▶ Data for processing
• • • • •
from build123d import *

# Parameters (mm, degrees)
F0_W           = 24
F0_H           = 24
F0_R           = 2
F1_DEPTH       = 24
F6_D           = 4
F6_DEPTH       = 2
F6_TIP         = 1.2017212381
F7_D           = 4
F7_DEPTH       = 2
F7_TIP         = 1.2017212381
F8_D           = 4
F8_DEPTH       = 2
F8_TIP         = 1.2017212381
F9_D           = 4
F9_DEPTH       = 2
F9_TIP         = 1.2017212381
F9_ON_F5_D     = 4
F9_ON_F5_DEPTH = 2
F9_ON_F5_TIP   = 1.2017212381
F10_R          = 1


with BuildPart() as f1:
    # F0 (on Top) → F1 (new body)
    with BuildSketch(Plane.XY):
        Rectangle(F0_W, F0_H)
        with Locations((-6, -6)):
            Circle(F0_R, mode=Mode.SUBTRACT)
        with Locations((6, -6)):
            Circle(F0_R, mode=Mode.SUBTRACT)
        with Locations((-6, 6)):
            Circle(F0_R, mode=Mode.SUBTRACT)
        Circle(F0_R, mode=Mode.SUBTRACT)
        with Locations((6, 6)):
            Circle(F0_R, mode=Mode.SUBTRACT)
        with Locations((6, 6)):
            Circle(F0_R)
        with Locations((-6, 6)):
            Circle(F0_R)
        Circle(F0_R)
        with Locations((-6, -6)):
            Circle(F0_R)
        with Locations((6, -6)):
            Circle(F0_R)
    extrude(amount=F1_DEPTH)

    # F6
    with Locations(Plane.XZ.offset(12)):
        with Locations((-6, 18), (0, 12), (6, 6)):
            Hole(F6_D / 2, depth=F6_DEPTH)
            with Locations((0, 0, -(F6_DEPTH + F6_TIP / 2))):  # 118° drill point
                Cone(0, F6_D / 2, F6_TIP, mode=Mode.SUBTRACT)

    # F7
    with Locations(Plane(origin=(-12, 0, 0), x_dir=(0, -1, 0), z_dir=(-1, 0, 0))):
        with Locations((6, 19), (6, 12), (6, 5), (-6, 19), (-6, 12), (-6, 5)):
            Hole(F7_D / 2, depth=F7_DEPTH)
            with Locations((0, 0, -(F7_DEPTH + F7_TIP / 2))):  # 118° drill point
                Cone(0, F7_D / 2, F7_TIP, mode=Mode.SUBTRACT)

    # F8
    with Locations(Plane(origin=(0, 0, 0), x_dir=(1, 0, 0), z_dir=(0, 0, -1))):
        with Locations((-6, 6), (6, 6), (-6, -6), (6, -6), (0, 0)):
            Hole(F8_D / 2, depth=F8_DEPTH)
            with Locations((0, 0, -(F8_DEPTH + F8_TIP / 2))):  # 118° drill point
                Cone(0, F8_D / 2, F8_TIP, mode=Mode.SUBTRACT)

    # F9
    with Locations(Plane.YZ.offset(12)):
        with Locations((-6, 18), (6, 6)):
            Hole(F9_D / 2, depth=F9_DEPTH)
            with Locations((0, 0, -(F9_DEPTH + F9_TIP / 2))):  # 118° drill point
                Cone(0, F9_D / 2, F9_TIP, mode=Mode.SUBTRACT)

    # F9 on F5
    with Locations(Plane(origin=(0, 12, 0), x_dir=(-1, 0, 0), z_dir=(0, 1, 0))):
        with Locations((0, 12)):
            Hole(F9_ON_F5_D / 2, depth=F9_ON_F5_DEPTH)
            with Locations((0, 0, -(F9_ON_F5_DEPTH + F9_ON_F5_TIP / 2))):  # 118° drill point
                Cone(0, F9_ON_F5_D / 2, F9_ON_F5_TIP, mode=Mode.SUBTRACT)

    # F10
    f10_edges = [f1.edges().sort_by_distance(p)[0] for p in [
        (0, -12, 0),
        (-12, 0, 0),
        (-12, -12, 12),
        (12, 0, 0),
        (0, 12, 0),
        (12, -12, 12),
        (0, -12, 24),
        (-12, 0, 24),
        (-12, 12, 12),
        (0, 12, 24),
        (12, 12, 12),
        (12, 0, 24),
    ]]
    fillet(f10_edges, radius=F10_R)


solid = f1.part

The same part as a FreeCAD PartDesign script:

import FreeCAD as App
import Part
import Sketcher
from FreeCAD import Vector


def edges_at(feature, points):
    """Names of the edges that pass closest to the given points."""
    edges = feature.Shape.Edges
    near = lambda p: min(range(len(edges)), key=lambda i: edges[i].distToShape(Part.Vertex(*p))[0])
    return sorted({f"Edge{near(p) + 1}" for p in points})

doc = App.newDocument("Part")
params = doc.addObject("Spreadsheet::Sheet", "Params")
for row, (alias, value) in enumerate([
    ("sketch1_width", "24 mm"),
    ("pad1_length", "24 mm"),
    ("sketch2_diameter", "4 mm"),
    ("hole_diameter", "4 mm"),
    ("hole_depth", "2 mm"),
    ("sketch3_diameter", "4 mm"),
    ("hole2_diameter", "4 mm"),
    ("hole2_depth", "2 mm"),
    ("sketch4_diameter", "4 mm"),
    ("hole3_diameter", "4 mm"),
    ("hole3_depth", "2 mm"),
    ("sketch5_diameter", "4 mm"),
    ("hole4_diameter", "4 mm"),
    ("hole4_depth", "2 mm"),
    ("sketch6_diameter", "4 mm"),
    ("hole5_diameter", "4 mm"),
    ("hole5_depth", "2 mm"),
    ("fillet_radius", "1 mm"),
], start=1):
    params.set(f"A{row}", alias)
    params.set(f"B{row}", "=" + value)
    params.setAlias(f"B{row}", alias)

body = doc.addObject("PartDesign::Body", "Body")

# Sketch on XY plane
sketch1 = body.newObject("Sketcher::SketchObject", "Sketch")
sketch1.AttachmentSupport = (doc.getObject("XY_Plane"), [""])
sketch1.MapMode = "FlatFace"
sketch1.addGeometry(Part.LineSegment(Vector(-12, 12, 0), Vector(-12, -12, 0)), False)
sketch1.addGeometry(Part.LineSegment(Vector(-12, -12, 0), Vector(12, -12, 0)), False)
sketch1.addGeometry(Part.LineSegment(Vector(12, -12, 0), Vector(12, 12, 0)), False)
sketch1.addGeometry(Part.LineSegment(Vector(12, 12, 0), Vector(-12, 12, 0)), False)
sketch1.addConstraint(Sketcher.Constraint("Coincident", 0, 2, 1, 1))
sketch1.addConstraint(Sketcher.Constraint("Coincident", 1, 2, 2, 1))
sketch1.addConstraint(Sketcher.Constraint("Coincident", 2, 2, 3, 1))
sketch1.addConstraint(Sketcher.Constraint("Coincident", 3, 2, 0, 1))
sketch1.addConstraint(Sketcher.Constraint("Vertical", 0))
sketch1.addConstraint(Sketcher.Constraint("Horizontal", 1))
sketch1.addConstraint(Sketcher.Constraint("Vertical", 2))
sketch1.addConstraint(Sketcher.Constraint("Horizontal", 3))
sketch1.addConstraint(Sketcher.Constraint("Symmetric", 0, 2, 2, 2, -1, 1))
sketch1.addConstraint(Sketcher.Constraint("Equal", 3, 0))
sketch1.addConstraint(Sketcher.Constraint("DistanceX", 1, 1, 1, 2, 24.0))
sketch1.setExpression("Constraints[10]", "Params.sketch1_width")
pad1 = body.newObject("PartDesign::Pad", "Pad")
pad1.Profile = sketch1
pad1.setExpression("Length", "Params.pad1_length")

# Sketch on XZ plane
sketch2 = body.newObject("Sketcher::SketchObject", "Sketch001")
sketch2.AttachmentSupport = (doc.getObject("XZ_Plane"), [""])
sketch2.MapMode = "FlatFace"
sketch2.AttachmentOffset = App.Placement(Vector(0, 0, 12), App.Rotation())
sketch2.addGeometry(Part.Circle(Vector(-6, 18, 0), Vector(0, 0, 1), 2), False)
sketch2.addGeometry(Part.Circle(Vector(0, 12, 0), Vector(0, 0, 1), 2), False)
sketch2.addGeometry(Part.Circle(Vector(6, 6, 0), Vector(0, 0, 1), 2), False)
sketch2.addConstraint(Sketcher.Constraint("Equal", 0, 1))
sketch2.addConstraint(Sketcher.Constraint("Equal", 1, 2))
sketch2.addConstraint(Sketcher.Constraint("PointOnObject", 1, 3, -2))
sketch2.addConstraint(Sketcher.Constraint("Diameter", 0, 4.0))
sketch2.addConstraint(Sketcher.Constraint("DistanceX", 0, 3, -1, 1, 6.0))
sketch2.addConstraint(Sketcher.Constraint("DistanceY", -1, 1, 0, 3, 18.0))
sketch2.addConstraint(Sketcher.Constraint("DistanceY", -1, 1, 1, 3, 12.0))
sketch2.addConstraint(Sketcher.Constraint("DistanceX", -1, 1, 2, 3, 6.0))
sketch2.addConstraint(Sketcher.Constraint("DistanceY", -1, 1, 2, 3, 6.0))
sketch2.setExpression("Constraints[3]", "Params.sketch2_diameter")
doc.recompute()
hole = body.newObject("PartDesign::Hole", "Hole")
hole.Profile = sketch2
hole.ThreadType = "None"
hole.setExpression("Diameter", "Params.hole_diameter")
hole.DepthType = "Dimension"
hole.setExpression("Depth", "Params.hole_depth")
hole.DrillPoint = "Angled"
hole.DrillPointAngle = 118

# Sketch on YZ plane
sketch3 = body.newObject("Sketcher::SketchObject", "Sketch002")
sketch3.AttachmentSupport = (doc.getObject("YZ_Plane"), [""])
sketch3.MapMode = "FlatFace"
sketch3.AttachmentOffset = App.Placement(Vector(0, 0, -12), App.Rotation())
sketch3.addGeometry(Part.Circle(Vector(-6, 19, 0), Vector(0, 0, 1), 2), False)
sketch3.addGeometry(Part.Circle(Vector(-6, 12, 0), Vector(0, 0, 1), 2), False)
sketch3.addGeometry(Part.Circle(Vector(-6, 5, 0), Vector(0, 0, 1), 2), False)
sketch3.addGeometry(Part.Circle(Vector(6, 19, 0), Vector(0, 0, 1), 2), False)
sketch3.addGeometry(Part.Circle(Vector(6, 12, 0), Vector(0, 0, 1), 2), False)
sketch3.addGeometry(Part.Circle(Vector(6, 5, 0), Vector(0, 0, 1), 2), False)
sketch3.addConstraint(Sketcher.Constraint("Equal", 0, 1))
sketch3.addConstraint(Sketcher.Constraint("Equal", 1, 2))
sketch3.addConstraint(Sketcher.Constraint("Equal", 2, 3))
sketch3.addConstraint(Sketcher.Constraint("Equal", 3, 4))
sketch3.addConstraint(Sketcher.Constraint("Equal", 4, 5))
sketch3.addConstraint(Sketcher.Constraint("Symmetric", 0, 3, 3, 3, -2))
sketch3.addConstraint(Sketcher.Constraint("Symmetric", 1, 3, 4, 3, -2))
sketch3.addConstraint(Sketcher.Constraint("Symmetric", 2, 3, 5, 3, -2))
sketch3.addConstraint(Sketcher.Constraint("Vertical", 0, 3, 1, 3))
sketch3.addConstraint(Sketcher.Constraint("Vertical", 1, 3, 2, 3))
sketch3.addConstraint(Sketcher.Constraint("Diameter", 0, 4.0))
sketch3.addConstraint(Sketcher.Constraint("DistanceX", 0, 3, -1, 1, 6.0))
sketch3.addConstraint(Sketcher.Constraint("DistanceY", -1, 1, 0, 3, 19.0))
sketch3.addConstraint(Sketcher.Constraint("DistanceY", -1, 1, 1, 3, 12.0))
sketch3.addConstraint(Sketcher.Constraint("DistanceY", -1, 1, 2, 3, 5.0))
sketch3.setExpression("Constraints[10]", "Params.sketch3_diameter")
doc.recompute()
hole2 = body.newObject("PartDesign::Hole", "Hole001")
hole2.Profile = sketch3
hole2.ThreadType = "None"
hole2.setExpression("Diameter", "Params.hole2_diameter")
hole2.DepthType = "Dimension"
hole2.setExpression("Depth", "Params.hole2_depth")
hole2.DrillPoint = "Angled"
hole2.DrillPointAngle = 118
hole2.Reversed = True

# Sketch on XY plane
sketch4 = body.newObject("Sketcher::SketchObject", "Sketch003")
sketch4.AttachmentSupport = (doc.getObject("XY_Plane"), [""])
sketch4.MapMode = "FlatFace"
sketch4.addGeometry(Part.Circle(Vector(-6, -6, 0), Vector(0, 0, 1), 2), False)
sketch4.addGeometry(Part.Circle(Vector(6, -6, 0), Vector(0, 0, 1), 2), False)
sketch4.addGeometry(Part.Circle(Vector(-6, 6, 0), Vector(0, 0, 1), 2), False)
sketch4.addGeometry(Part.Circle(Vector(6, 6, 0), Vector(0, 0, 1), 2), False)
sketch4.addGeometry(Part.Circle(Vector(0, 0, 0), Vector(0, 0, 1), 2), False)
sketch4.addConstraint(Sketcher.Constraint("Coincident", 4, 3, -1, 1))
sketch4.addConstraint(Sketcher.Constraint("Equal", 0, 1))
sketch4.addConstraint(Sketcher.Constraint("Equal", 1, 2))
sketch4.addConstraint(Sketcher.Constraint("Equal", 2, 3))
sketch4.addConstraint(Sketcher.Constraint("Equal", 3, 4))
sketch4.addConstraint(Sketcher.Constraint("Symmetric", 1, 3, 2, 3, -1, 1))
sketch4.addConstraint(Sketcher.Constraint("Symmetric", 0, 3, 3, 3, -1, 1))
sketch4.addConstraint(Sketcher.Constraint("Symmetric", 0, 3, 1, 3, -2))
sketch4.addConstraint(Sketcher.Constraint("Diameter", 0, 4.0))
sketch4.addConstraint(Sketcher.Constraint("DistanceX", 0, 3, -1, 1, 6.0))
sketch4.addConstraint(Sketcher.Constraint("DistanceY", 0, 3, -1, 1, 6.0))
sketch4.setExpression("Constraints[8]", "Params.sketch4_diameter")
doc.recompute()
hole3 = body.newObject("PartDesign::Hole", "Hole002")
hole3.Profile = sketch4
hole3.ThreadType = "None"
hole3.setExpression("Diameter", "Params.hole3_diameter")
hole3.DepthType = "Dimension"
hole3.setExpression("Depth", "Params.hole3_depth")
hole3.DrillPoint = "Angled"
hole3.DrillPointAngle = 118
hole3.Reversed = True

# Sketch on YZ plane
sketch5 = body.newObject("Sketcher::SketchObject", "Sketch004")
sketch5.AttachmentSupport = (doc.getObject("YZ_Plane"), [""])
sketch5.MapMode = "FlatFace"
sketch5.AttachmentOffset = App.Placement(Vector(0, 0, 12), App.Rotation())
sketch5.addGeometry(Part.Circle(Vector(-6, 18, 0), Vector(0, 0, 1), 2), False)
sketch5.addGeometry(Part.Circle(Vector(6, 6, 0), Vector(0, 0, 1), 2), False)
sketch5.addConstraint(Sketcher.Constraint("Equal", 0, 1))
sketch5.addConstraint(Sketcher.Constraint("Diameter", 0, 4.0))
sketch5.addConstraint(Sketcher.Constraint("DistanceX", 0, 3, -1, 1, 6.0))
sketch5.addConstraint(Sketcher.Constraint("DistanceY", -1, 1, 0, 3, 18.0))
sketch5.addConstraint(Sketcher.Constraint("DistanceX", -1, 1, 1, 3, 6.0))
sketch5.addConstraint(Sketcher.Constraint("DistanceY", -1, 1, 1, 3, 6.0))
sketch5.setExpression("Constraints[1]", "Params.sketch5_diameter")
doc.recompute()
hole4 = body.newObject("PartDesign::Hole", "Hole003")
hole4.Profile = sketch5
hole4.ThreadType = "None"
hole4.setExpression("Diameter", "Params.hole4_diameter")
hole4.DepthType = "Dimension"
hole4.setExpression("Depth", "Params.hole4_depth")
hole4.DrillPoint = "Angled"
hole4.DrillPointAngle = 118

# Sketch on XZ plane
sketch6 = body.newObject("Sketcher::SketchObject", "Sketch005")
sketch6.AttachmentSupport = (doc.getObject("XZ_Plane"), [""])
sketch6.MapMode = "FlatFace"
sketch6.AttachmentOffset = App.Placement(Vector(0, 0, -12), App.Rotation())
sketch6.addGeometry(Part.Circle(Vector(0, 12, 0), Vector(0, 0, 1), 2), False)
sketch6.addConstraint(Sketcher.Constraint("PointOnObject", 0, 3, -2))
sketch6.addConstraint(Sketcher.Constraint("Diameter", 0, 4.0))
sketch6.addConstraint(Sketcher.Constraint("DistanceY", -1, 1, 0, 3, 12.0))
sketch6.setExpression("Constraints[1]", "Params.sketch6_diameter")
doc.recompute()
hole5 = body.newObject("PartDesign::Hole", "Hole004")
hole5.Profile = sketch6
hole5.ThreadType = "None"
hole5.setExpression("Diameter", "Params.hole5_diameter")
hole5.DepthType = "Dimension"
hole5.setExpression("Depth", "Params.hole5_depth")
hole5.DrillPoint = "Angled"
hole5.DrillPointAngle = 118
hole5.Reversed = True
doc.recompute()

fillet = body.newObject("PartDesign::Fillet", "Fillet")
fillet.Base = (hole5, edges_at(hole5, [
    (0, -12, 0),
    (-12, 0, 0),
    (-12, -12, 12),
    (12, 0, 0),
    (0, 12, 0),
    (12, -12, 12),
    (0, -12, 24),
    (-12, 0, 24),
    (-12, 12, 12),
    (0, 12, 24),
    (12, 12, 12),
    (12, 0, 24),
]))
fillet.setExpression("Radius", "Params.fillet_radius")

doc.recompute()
• • • • •
▶ How to complete this task
In the entries above, the lines from the one bearing "Cone(0, F9_D /" up to and including the one bearing "f10_edges = [f1.edges().sort_by_distance(p)[0]" should be transcribed exactly; no other line is wanted.

▶ Answer area
                Cone(0, F9_D / 2, F9_TIP, mode=Mode.SUBTRACT)

    # F9 on F5
    with Locations(Plane(origin=(0, 12, 0), x_dir=(-1, 0, 0), z_dir=(0, 1, 0))):
        with Locations((0, 12)):
            Hole(F9_ON_F5_D / 2, depth=F9_ON_F5_DEPTH)
            with Locations((0, 0, -(F9_ON_F5_DEPTH + F9_ON_F5_TIP / 2))):  # 118° drill point
                Cone(0, F9_ON_F5_D / 2, F9_ON_F5_TIP, mode=Mode.SUBTRACT)

    # F10
    f10_edges = [f1.edges().sort_by_distance(p)[0] for p in [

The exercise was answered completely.